Here are some details of outlets in a small coffee shop chain:

In [None]:
europe

In [None]:
americas

**Q1)** Concatenate two pandas DataFrames

- For this task use `pd.concat()` function with `ignore_index=True` parameter to combine `europe` and `americas` dataframes, with the `europe` entries first 

- The `location_id` column can be left as it is (we will resolve the duplicate values later)

- Call the new DataFrame `outlets` which should contains eight entries, and has a index with unique values from 0 to 7 

*To find out more about: [pd.concat](https://pandas.pydata.org/pandas-docs/stable/reference/api/pandas.concat.html)

In [None]:
#add your code below

outlets = pd.concat([europe, americas], ignore_index=True)
outlets


A new outlet will be opened in Dublin. A site is found, and it has the following `requirements`:

In [None]:
requirements

There’s a catalogue of `prices` as follows:

In [None]:
prices

**Q2)** Join two Pandas DataFrames

- For this task use `.merge()` method

- Merge the `requirements` table with `prices` on `name`, creating a new DataFrame called `purchases` which is the same as `requirements` but with a `price` column added, and another column `cost` which is equal to `price` * `quantity`:

*To find out more about: [merge](https://pandas.pydata.org/docs/reference/api/pandas.DataFrame.merge.html)

In [None]:
#add your code below

purchases = requirements.merge(prices, how='left', on='name')
purchases['cost'] = purchases['price'] * purchases['quantity']

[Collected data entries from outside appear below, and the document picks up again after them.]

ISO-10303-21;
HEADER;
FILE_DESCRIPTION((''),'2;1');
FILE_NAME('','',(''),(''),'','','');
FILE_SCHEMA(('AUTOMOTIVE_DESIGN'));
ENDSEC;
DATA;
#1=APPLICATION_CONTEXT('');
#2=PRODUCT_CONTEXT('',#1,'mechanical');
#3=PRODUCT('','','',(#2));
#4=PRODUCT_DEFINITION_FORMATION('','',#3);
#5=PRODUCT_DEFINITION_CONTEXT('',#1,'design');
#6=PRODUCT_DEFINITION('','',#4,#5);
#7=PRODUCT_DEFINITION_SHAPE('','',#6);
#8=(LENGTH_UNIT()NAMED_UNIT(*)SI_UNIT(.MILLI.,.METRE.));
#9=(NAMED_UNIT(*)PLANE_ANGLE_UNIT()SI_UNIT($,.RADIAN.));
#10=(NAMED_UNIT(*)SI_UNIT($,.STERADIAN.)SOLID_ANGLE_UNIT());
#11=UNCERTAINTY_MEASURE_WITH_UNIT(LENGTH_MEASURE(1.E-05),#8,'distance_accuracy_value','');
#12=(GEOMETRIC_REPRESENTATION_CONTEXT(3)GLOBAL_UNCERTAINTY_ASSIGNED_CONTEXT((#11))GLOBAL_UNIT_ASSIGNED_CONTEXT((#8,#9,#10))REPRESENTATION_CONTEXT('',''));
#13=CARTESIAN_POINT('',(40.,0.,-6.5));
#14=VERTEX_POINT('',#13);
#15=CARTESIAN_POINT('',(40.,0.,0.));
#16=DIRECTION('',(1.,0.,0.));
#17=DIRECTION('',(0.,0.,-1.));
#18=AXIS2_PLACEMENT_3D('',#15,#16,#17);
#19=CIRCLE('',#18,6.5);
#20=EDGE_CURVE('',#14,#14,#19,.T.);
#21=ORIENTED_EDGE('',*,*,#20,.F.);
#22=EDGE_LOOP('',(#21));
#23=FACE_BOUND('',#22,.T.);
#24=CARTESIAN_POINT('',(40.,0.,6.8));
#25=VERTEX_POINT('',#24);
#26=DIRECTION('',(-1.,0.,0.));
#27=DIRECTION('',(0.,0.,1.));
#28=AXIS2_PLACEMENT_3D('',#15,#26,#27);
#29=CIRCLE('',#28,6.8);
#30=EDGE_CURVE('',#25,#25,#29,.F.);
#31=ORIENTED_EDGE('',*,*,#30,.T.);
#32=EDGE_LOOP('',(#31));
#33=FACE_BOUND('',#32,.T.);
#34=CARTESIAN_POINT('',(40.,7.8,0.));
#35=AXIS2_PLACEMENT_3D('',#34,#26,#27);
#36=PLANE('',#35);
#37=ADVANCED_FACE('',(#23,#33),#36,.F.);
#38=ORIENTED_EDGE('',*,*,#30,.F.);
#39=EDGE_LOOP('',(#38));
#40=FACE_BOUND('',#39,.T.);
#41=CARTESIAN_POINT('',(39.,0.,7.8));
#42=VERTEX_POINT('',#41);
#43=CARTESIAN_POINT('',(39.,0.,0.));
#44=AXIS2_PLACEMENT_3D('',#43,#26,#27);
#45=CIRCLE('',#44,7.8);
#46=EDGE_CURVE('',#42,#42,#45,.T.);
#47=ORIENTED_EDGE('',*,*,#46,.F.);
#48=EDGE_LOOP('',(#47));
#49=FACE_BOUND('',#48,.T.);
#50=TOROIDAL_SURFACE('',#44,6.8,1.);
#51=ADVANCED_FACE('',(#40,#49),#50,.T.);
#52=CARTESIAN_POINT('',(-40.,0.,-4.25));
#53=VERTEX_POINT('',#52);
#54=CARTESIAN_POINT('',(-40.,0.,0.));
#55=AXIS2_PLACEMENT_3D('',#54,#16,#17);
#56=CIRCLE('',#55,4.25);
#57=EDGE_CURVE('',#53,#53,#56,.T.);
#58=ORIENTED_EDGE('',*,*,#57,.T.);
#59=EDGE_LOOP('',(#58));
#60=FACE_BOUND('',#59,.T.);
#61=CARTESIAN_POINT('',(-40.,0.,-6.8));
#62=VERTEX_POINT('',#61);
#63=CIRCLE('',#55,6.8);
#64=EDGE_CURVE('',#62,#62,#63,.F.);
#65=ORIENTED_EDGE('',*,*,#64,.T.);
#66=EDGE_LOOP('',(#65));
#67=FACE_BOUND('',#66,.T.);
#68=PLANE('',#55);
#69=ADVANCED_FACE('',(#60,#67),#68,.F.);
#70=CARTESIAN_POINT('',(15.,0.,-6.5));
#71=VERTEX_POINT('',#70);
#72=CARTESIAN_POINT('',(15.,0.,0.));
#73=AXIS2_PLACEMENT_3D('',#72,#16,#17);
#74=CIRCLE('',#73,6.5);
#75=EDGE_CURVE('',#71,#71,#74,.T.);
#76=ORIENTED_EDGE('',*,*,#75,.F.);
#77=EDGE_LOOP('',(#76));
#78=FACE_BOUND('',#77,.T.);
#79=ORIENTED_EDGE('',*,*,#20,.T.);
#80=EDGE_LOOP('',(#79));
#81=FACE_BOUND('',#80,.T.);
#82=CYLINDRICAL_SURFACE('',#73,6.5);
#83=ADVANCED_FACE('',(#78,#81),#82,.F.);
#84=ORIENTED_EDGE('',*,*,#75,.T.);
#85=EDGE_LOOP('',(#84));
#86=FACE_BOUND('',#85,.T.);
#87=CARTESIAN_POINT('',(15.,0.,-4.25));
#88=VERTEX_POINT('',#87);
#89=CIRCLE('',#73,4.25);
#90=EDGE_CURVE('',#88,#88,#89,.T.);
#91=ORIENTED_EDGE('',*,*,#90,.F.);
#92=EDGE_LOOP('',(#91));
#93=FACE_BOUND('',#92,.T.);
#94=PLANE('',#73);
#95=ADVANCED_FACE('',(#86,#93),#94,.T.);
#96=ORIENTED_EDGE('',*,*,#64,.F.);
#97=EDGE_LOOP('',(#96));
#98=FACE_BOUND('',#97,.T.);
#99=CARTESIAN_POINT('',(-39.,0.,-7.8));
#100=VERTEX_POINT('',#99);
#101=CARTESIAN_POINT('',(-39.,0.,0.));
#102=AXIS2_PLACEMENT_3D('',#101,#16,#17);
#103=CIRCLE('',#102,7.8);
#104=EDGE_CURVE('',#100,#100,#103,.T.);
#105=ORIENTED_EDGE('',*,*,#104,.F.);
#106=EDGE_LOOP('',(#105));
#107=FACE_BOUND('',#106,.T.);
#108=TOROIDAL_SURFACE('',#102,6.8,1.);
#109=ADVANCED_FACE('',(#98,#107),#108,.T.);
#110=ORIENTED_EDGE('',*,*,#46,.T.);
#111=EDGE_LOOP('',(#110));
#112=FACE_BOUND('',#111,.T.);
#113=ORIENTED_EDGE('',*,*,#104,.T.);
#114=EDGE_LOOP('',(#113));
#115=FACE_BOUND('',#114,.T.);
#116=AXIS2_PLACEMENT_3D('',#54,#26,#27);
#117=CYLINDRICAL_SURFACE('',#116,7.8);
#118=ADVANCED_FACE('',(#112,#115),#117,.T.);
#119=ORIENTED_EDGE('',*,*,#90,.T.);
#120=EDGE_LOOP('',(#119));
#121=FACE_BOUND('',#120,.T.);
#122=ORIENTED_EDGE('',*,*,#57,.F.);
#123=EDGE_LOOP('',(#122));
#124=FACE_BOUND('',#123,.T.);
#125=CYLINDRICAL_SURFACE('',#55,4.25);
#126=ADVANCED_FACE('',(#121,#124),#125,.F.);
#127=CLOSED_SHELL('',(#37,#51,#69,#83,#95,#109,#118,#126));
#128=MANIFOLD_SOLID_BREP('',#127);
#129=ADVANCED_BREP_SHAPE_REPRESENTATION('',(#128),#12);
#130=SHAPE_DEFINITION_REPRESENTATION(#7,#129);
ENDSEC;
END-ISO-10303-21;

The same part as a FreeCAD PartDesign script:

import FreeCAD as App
import Part
import Sketcher
from FreeCAD import Vector


def edges_at(feature, points):
    """Names of the edges that pass closest to the given points."""
    edges = feature.Shape.Edges
    near = lambda p: min(range(len(edges)), key=lambda i: edges[i].distToShape(Part.Vertex(*p))[0])
    return sorted({f"Edge{near(p) + 1}" for p in points})

doc = App.newDocument("Part")
body = doc.addObject("PartDesign::Body", "Body")

# Sketch on XY plane
sketch1 = body.newObject("Sketcher::SketchObject", "Sketch")
sketch1.AttachmentSupport = (doc.getObject("XY_Plane"), [""])
sketch1.MapMode = "FlatFace"
sketch1.addGeometry([
    Part.LineSegment(Vector(-40, 7.8, 0), Vector(-40, 0, 0)),
    Part.LineSegment(Vector(-40, 0, 0), Vector(40, 0, 0)),
    Part.LineSegment(Vector(40, 0, 0), Vector(40, 7.8, 0)),
    Part.LineSegment(Vector(40, 7.8, 0), Vector(-40, 7.8, 0)),
], False)
sketch1.addConstraint([
    Sketcher.Constraint("Coincident", 0, 2, 1, 1),
    Sketcher.Constraint("Coincident", 1, 2, 2, 1),
    Sketcher.Constraint("Coincident", 2, 2, 3, 1),
    Sketcher.Constraint("Coincident", 3, 2, 0, 1),
    Sketcher.Constraint("Vertical", 0),
    Sketcher.Constraint("Horizontal", 1),
    Sketcher.Constraint("Vertical", 2),
    Sketcher.Constraint("Horizontal", 3),
    Sketcher.Constraint("Symmetric", 0, 2, 1, 2, -1, 1),
    Sketcher.Constraint("DistanceX", 1, 1, 1, 2, 80.0),
    Sketcher.Constraint("DistanceY", 0, 2, 0, 1, 7.8),
])
revolution = body.newObject("PartDesign::Revolution", "Revolution")
revolution.Profile = sketch1
revolution.ReferenceAxis = (sketch1, ["H_Axis"])
revolution.Angle = 360

# Sketch on YZ plane
sketch2 = body.newObject("Sketcher::SketchObject", "Sketch001")
sketch2.AttachmentSupport = (doc.getObject("YZ_Plane"), [""])
sketch2.MapMode = "FlatFace"
sketch2.AttachmentOffset = App.Placement(Vector(0, 0, 40), App.Rotation())
sketch2.addGeometry(Part.Circle(Vector(0, 0, 0), Vector(0, 0, 1), 6.5), False)
sketch2.addConstraint([
    Sketcher.Constraint("Coincident", 0, 3, -1, 1),
    Sketcher.Constraint("Diameter", 0, 13.0),
])
pocket1 = body.newObject("PartDesign::Pocket", "Pocket")
pocket1.Profile = sketch2
pocket1.Length = 25

# Sketch on YZ plane
sketch3 = body.newObject("Sketcher::SketchObject", "Sketch002")
sketch3.AttachmentSupport = (doc.getObject("YZ_Plane"), [""])
sketch3.MapMode = "FlatFace"
sketch3.AttachmentOffset = App.Placement(Vector(0, 0, 15), App.Rotation())
sketch3.addGeometry(Part.Circle(Vector(0, 0, 0), Vector(0, 0, 1), 4.25), False)
sketch3.addConstraint([
    Sketcher.Constraint("Coincident", 0, 3, -1, 1),
    Sketcher.Constraint("Diameter", 0, 8.5),
])
pocket2 = body.newObject("PartDesign::Pocket", "Pocket001")
pocket2.Profile = sketch3
pocket2.Type = "ThroughAll"
pocket2.Midplane = True
doc.recompute()

fillet = body.newObject("PartDesign::Fillet", "Fillet")
fillet.Base = (pocket2, edges_at(pocket2, [(-40, 0, -7.8), (40, 0, -7.8)]))
fillet.Radius = 1

doc.recompute()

The details for the Dublin branch are in the `dublin` DataFrame:

In [None]:
dublin

**Q3)** Concatenate two pandas DataFrames
- Add `dublin` DataFrame to the bottom of the `outlets` DataFrame using `pd.concat()` function with `ignore_index=True` parameter, again updating the row index so that it has numbers `0` to `8`:
- Save the new DataFrame as `outlets_new`

In [None]:
#add your code below

outlets_new = pd.concat([outlets, dublin], ignore_index=True)
outlets_new


## Part 2: Data preparation and cleaning

- Make sure you run the following code cell before you attempt any of the questions
- This section is a continuation of the previous analysis activities, here you will be analysing some data related to a small coffee shop chain

`currencies` DataFrame contains the `currency` information for each country in which there is an outlet:

In [None]:
currencies

**Q4)**  Avoid modifying the original `outlets_new` DataFrame. 

- Use `.copy()` method to create a new DataFrame called `outlets_detail`, which is the same as `outlets_new` DataFrame
- Merge `outlets_detail` DataFrame with `currencies` DataFrame to get currency information for each outlet. Notice that in the `currencies` DataFrame, the column heading `country` is lower case so does not quite match with column heading `Country` in `outlets_detail` DataFrame
- Use `.drop()` method with `axis=1` parameter to drop column heading `country`
- Use `.rename` method to rename the column heading `currency` to `Currency`

In [None]:
#add your code below
#outlets_detail = outlets_new.copy()

outlets_detail = outlets_new.copy()
outlets_detail = outlets_detail.merge(currencies, how='left', left_on='Country', right_on='country')
outlets_detail.drop('country', axis=1, inplace=True)
outlets_detail.rename(columns={'currency': 'Currency'}, inplace=True)
outlets_detail


Run the following code to create lists of the countries where there are outlets in the two regions:

In [None]:
EUROPE = ['UK', 'Italy', 'France', 'Germany', 'Ireland']
AMERICAS = ['Argentina', 'Brazil', 'USA']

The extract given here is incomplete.